One South African company taking over the UK
Discovery’s Vitality UK business had a standout performance in the company’s interim results, with it now being the third-largest health insurer in Great Britain and having the highest brand awareness in the market.
This has been coupled with strong financial performance in the previous financial year and in the first half of Discovery’s new financial year.
One of the biggest drivers of the company’s performance has been the increased demand for private health insurance in the UK as the National Health Service comes under increasing pressure.
Vitality now covers over two million lives in the UK, with CEO Adrian Gore flagging this trend for the past two years as a key driver of Discovery’s operations in Great Britain.
However, Gore more recently has pointed to the British business beginning to leverage the value of the Vitality shared-value model more effectively.
“I personally think the Vitality shared-value model has resonated very well in the UK. We did a lot of work on getting that right in the first place,” Gore told Daily Investor.
“It has been executed well, and we did a lot of work on it. We have learned a lot of lessons in a lot of different places. I think the execution in the UK has been brilliant.”
Gore explained in an earlier presentation that the UK health insurance market is highly lucrative, with it being the fourth largest in the world.
Due to its size, the market has become highly sophisticated and immensely competitive. Crucially, this has also meant that the market has become highly commoditised.
This means that much of the success of a health insurer in the UK is based on the ability to attractively price an offering and ensure that the pricing strategy is sustainable.
“You have got a highly commoditised market. You have got agents and brokers and intermediaries and advisors using portals to price. So, you can outbid any margin to win business,” Gore explained.

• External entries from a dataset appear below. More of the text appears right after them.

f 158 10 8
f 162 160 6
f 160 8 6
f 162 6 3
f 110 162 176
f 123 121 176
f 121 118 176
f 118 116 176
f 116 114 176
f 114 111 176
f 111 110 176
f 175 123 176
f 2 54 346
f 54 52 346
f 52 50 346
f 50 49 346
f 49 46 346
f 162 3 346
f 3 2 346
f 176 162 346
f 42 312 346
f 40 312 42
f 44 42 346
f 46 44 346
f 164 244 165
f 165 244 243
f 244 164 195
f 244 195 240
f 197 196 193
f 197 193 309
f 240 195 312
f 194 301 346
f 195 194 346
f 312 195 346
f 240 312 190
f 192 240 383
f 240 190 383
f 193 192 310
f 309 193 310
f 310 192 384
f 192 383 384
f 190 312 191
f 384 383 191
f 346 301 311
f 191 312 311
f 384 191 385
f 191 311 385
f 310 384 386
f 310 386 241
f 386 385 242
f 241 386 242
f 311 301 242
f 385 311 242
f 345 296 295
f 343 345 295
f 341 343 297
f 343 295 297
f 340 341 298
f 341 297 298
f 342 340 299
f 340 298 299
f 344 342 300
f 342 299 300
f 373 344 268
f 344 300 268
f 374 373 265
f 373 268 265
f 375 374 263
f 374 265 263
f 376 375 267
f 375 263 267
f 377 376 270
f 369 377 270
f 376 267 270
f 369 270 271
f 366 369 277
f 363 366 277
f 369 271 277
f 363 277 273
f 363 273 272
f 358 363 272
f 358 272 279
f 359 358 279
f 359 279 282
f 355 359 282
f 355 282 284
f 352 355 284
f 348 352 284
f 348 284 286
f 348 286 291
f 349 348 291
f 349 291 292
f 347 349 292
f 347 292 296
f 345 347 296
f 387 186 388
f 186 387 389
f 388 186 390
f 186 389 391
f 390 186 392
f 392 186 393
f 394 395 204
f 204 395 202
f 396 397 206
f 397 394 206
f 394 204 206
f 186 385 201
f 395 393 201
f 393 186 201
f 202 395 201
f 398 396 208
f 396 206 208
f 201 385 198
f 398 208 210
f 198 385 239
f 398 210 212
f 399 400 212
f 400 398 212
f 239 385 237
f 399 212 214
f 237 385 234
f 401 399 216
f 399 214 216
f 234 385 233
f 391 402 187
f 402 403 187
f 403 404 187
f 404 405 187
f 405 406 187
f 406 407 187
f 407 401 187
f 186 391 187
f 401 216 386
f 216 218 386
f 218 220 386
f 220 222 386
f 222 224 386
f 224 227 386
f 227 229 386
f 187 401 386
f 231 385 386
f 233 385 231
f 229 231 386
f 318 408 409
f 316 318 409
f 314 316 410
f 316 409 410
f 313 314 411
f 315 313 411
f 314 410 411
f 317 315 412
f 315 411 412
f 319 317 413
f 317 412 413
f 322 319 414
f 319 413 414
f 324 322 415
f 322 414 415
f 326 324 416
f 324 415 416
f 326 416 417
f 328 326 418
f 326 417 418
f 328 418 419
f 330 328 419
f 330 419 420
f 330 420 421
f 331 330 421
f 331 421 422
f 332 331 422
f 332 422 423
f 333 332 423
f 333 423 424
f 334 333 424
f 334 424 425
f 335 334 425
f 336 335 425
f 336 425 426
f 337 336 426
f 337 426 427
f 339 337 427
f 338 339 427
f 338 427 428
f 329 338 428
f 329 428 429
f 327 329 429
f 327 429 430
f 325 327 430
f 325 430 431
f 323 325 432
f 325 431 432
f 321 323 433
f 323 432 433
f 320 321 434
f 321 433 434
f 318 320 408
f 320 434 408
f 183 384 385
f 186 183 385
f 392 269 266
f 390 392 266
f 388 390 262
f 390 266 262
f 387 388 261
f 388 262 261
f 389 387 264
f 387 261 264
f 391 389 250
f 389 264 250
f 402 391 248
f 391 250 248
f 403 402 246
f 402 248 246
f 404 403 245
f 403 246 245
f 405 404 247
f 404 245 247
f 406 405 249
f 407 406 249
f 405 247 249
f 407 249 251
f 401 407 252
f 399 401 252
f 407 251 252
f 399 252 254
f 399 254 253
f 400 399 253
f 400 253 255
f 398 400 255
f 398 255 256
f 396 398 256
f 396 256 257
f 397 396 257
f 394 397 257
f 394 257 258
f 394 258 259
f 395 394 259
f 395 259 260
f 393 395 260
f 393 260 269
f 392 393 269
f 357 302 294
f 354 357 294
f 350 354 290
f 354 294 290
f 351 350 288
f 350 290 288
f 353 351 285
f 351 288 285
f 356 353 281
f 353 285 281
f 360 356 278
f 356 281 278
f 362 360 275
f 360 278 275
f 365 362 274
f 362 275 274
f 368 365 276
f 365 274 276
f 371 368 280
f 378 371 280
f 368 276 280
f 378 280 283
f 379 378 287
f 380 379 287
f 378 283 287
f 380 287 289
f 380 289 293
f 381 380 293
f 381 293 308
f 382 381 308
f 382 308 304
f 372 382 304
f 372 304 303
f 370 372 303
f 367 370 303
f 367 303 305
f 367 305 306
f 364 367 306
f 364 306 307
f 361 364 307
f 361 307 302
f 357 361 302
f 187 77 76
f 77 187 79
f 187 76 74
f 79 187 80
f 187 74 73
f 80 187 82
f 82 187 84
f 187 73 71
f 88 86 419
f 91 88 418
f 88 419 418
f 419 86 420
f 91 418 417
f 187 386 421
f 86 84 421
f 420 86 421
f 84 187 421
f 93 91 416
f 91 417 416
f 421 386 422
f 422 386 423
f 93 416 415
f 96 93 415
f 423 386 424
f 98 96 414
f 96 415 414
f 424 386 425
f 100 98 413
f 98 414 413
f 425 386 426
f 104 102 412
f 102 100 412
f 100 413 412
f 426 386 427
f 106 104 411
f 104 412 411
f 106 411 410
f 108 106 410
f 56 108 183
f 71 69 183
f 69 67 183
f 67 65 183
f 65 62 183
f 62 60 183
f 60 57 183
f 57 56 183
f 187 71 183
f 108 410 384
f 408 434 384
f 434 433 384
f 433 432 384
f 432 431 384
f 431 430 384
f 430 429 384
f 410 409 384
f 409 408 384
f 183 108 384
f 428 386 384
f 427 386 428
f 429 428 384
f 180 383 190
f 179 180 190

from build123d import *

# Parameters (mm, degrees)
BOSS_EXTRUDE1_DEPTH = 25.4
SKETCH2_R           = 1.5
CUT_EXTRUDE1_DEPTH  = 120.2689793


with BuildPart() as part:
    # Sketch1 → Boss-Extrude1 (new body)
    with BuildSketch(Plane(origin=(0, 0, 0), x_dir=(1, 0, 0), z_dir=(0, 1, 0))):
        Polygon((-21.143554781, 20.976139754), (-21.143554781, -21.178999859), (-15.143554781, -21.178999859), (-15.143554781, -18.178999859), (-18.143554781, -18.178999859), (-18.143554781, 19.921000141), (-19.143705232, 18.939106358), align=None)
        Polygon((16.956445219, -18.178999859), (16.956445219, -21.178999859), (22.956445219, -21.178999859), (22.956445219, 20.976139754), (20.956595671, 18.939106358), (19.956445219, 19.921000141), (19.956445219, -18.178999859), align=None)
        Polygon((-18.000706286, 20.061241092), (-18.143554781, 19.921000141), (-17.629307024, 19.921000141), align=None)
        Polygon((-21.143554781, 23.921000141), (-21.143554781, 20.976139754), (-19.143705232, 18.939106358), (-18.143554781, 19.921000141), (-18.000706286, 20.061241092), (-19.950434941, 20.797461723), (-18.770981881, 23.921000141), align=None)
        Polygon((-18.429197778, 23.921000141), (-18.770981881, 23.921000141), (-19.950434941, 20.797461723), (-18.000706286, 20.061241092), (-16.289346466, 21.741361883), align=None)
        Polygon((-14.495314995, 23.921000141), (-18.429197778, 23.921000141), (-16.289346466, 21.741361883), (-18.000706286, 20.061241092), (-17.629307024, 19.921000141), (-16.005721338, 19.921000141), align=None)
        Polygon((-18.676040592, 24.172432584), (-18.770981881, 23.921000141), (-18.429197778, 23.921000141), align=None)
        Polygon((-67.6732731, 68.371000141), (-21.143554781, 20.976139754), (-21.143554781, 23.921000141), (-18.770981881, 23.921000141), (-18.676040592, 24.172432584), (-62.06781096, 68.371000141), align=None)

“But, using the dynamic underwriting and dynamic pricing of the shared-value model, with all the incentives, we have managed to get massive amounts of business on the right terms that are sustainable.”
Gore said that, ultimately, the consumer in the UK has been very receptive to the model and that the actual science behind the model has worked brilliantly.
“This has given us growth at a good margin. I think it is excellent and you can see, I think, the quality of the Vitality Health offering as being substantially better than anything else in the UK,” Gore said.
“It is in the top three in terms of scale and, in terms of quality, I think it is incredible.”
The Vitality UK business has also benefitted immensely from its growing profile, ensuring the shared-value model and its benefits are front of mind for Britons.
Its brand awareness is now higher than its competitors, with Vitality becoming front of mind for Britons through its sponsorship of The Hundred cricket tournament and Premier League team Bournemouth’s football stadium.

Taking on the continent
The success of the UK business has proven that Discovery can grow its Vitality model globally and in a profitable way.
Previously, Gore explained that for Discovery to reach its ambitious target of doubling its operating profit by 2029, it will need several things to go right.
One of these elements is the need for the company’s Vitality Network business, where it effectively licenses its shared-value model, to have a breakout in the United States or Europe.
“The core businesses have to perform well and grow robustly. I think scaling the bank is a key issue and breaking through globally on the Vitality Network is important,” Gore said.
“This means the United Kingdom business has to continue to grow, life and health have to grow in South Africa, and the bank has to scale alongside a strong breakthrough elsewhere in the world.”
The breakout in Europe or the United States is proving challenging, but Gore is confident that Discovery will get it right.
“We have had a partnership with John Hancock from the get-go in the United States, and it has worked incredibly well. The issue is that we have an exclusivity with them in certain parts of the market, so we are limited to them,” Gore said.
“In Europe, it is an open field now after we ended our Generali agreement. It is a massive market that we will now look to grow into.”
With the potential for strong growth in Europe through multiple partnerships, Gore said Discovery is focusing on the continent and has paused its expansion in the US.
“We are focusing on Europe at the moment in terms of the scale of what needs to be done. We have been through a process of finding partners. We have probably met with over 20 across the continent and analysed many more,” Gore explained.
“So, it is still early to tell, but there is very good interest in what we are trying to do. The ideal situation is to get a few key national champions in different markets, and that is where we are trying to settle.”
Gore explained that this is not easy, with any deal taking a significant amount of time and resources to secure.
“It takes a long time, and you will appreciate that this is not retail sales, it is not even corporate sales. It is almost a merger where you are partnering at the core of the business model,” Gore said.